Bio : David B. Ricard, artiste multidisciplinaire basé à Québec, travaille avec la vidéo, le théâtre, le cinéma et la performance. Ses intérêts de recherche se concentrent sur la création intuitive, introspective et relationnelle. Il développe des outils d’improvisation et d’interaction qui favorisent la création spontanée et les échanges interartistiques. Ses penchants écosophiques le poussent à privilégier le détournement, la réutilisation et la remise en valeur d’outils jugés obsolètes. Il développe des méthodes de création collectives et alternatives basées sur des procédés de dé-hiérarchisation des langages et rôles scéniques. Les réflexions philosophiques et émotionnelles, ainsi qu’une approche expérimentale de la narrativité le poussent à développer des œuvres éclatées basées sur une dramaturgie plurielle.

Lara Kanso 

L’anatomie d’une rencontre entre un lieu et une corporéité

Appréhender un lieu avec une « corporéité » consciente fait de la rencontre un moment de co-création de sensations. Dans Du sens au sens (1989), Erwin Strauss définit la sensation comme étant « un mode de communication vitale, immédiate, sauvage et irrationnelle, […] une empathie avec le milieu ». Or, quand, les deux corporéités, humaines et spatiales, ou si j’ose dire, les deux chairs, au sens que Merleau-Ponty lui donne, à savoir « l’entrelacs de multiples sensations », ont déjà en commun la mémoire d’une même guerre, leur re-rencontre où chacun est lui-même, mais aussi un « autre », est vivante. Comment s’est fait alors mon retour vers les quelques lieux qui avaient marqué mon enfance et façonné mon corps/ territoire? Et quels récits donnent à voir, à entendre, à sentir, à toucher ce face-à-face avec des lieux de claustration et des lieux d’ouverture sur un territoire de guerre? Dans cette expérience qui montre que l’absence de la nature et de “l’autre-qu’humain” dans le quotidien de l’humain a autant d’impact que leur présence. Je partagerai au cours de cette conférence- performance les résultats de mon premier laboratoire de recherche-création doctorale. Le mot partage est à considérer dans la définition qu’en donne Georges Didi-Huberman dans son livre Le témoin jusqu’au bout (2022) : « C’est la puissance du mot partage que de conjoindre […] une division constitutive (mettre à part) et une nécessaire mise en commun (prendre part). C’est alors que ce qui nous partage à l’intérieur nous é-meut vers l’autre, nous com-meut avec autrui”. Cet “autre” est à la fois le lieu et le territoire; mais aussi le spectateur.

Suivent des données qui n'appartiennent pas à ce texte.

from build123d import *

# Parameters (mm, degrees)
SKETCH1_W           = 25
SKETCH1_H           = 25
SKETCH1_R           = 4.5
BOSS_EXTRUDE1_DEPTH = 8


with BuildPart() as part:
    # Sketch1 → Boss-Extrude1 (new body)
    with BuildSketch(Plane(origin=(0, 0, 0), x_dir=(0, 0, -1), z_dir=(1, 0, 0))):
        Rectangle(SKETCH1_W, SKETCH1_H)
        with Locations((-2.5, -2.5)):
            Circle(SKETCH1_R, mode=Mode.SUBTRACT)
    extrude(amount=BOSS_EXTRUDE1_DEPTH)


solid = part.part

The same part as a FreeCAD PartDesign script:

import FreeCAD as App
import Part
import Sketcher

V = App.Vector
Q = App.Units.Quantity

doc = App.newDocument("Part")
params = doc.addObject("Spreadsheet::Sheet", "Params")
for row, (alias, value) in enumerate([
    ("sketch1_diameter", "9 mm"),
    ("sketch1_width", "25 mm"),
    ("pad1_length", "8 mm"),
], start=1):
    params.set(f"A{row}", alias)
    params.set(f"B{row}", "=" + value)
    params.setAlias(f"B{row}", alias)

body = doc.addObject("PartDesign::Body", "Body")

# Sketch on YZ plane
sketch1 = body.newObject("Sketcher::SketchObject", "Sketch")
sketch1.AttachmentSupport = (doc.getObject("YZ_Plane"), [""])
sketch1.MapMode = "FlatFace"
sketch1.addGeometry(Part.LineSegment(V(12.5, 12.5, 0), V(-12.5, 12.5, 0)), False)
sketch1.addGeometry(Part.LineSegment(V(-12.5, 12.5, 0), V(-12.5, -12.5, 0)), False)
sketch1.addGeometry(Part.LineSegment(V(-12.5, -12.5, 0), V(12.5, -12.5, 0)), False)
sketch1.addGeometry(Part.LineSegment(V(12.5, -12.5, 0), V(12.5, 12.5, 0)), False)
sketch1.addGeometry(Part.Circle(V(-2.5, 2.5, 0), V(0, 0, 1), 4.5), False)
sketch1.addConstraint(Sketcher.Constraint("Coincident", 0, 2, 1, 1))
sketch1.addConstraint(Sketcher.Constraint("Coincident", 1, 2, 2, 1))
sketch1.addConstraint(Sketcher.Constraint("Coincident", 2, 2, 3, 1))
sketch1.addConstraint(Sketcher.Constraint("Coincident", 3, 2, 0, 1))
sketch1.addConstraint(Sketcher.Constraint("Horizontal", 0))
sketch1.addConstraint(Sketcher.Constraint("Vertical", 1))
sketch1.addConstraint(Sketcher.Constraint("Horizontal", 2))
sketch1.addConstraint(Sketcher.Constraint("Vertical", 3))
sketch1.addConstraint(Sketcher.Constraint("Symmetric", 0, 2, 2, 2, -1, 1))
sketch1.addConstraint(Sketcher.Constraint("Equal", 2, 1))
sketch1.addConstraint(Sketcher.Constraint("Diameter", 4, Q("9 mm")))
sketch1.addConstraint(Sketcher.Constraint("DistanceX", 0, 2, 0, 1, Q("25 mm")))
sketch1.addConstraint(Sketcher.Constraint("DistanceX", 0, 2, 4, 3, Q("10 mm")))
sketch1.addConstraint(Sketcher.Constraint("DistanceY", 4, 3, 0, 2, Q("10 mm")))
sketch1.setExpression("Constraints[10]", "Params.sketch1_diameter")
sketch1.setExpression("Constraints[11]", "Params.sketch1_width")
pad1 = body.newObject("PartDesign::Pad", "Pad")
pad1.Profile = sketch1
pad1.setExpression("Length", "Params.pad1_length")

doc.recompute()
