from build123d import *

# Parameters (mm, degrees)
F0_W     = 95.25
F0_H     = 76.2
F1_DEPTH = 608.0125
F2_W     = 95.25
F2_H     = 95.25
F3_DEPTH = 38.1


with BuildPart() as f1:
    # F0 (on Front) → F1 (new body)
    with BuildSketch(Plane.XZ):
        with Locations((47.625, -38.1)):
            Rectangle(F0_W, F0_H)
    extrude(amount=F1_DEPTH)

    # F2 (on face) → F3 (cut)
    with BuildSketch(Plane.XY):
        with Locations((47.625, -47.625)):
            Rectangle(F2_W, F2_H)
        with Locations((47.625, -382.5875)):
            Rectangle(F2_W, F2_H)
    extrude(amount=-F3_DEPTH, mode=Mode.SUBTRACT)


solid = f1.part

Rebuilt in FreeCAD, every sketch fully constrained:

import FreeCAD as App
import Part
import Sketcher
Q = App.Units.Quantity


def add_polygon(sketch, points):
    """Adds a closed chain of lines whose ends are joined by coincident constraints."""
    first, n = sketch.GeometryCount, len(points)
    for a, b in zip(points, points[1:] + points[:1]):
        sketch.addGeometry(Part.LineSegment(App.Vector(*a, 0), App.Vector(*b, 0)), False)
    for i in range(n):
        sketch.addConstraint(Sketcher.Constraint("Coincident", first + i, 2, first + (i + 1) % n, 1))

doc = App.newDocument("Part")
params = doc.addObject("Spreadsheet::Sheet", "Params")
for row, (alias, value) in enumerate([
    ("sketch1_height", "3 in"),
    ("sketch1_width", "3.75 in"),
    ("pad1_length", "23.9375 in"),
    ("sketch2_width", "3.75 in"),
    ("pocket1_length", "1.5 in"),
], start=1):
    params.set(f"A{row}", alias)
    params.set(f"B{row}", "=" + value)
    params.setAlias(f"B{row}", alias)

body = doc.addObject("PartDesign::Body", "Body")

# Sketch on XZ plane
sketch1 = body.newObject("Sketcher::SketchObject", "Sketch")
sketch1.AttachmentSupport = (doc.getObject("XZ_Plane"), [""])
sketch1.MapMode = "FlatFace"
add_polygon(sketch1, [(0, 0), (0, -76.2), (95.25, -76.2), (95.25, 0)])  # lines 0-3
sketch1.addConstraint([
    Sketcher.Constraint("Vertical", 0),
    Sketcher.Constraint("Horizontal", 1),
    Sketcher.Constraint("Vertical", 2),
    Sketcher.Constraint("Horizontal", 3),
    Sketcher.Constraint("Coincident", 3, 2, -1, 1),
    Sketcher.Constraint("DistanceY", 0, 2, 0, 1, Q("3 in")),
    Sketcher.Constraint("DistanceX", 1, 1, 1, 2, Q("3.75 in")),
])
sketch1.setExpression("Constraints[9]", "Params.sketch1_height")
sketch1.setExpression("Constraints[10]", "Params.sketch1_width")
pad1 = body.newObject("PartDesign::Pad", "Pad")
pad1.Profile = sketch1
pad1.setExpression("Length", "Params.pad1_length")

# Sketch on XY plane
sketch2 = body.newObject("Sketcher::SketchObject", "Sketch001")
sketch2.AttachmentSupport = (doc.getObject("XY_Plane"), [""])
sketch2.MapMode = "FlatFace"
add_polygon(sketch2, [(0, 0), (0, -95.25), (95.25, -95.25), (95.25, 0)])  # lines 0-3
add_polygon(sketch2, [(0, -334.9625), (0, -430.2125), (95.25, -430.2125), (95.25, -334.9625)])  # lines 4-7
sketch2.addConstraint([
    Sketcher.Constraint("Vertical", 0),
    Sketcher.Constraint("Horizontal", 1),
    Sketcher.Constraint("Vertical", 2),
    Sketcher.Constraint("Horizontal", 3),
    Sketcher.Constraint("Vertical", 4),
    Sketcher.Constraint("Horizontal", 5),
    Sketcher.Constraint("Vertical", 6),
    Sketcher.Constraint("Horizontal", 7),
    Sketcher.Constraint("Coincident", 3, 2, -1, 1),
    Sketcher.Constraint("PointOnObject", 4, 2, -2),
    Sketcher.Constraint("Vertical", 2, 2, 5, 2),
    Sketcher.Constraint("Equal", 7, 0),
    Sketcher.Constraint("Equal", 2, 4),
    Sketcher.Constraint("DistanceX", 1, 1, 1, 2, Q("3.75 in")),
    Sketcher.Constraint("DistanceY", 4, 2, -1, 1, Q("16.9375 in")),
])
sketch2.setExpression("Constraints[21]", "Params.sketch2_width")
pocket1 = body.newObject("PartDesign::Pocket", "Pocket")
pocket1.Profile = sketch2
pocket1.setExpression("Length", "Params.pocket1_length")

doc.recompute()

Bio: Lara Kanso est metteuse en scène et doctorante en « Littérature, arts de la scène et de l’écran» à l’Université Laval, au Canada. Elle a mis en scène et co-écrit plusieurs créations théâtrales multidisciplinaires et interculturelles. Elle a collaboré à l’Encyclopédie Le Théâtre dans l’Histoire : les scènes, les hommes, les œuvres (2016). Son texte dramatique « Tu m’as souvent parlé de bonheur » a été publié en France en 2023. Elle travaille actuellement sur une création théâtrale dont elle signe la mise en scène et l’écriture avec le Petit Théâtre du Vieux Noranda. Sa recherche-création doctorale porte essentiellement sur le théâtre néo-documentaire, revisité à la lumière des théories du néo-matérialisme et d’écologie dans les arts vivants.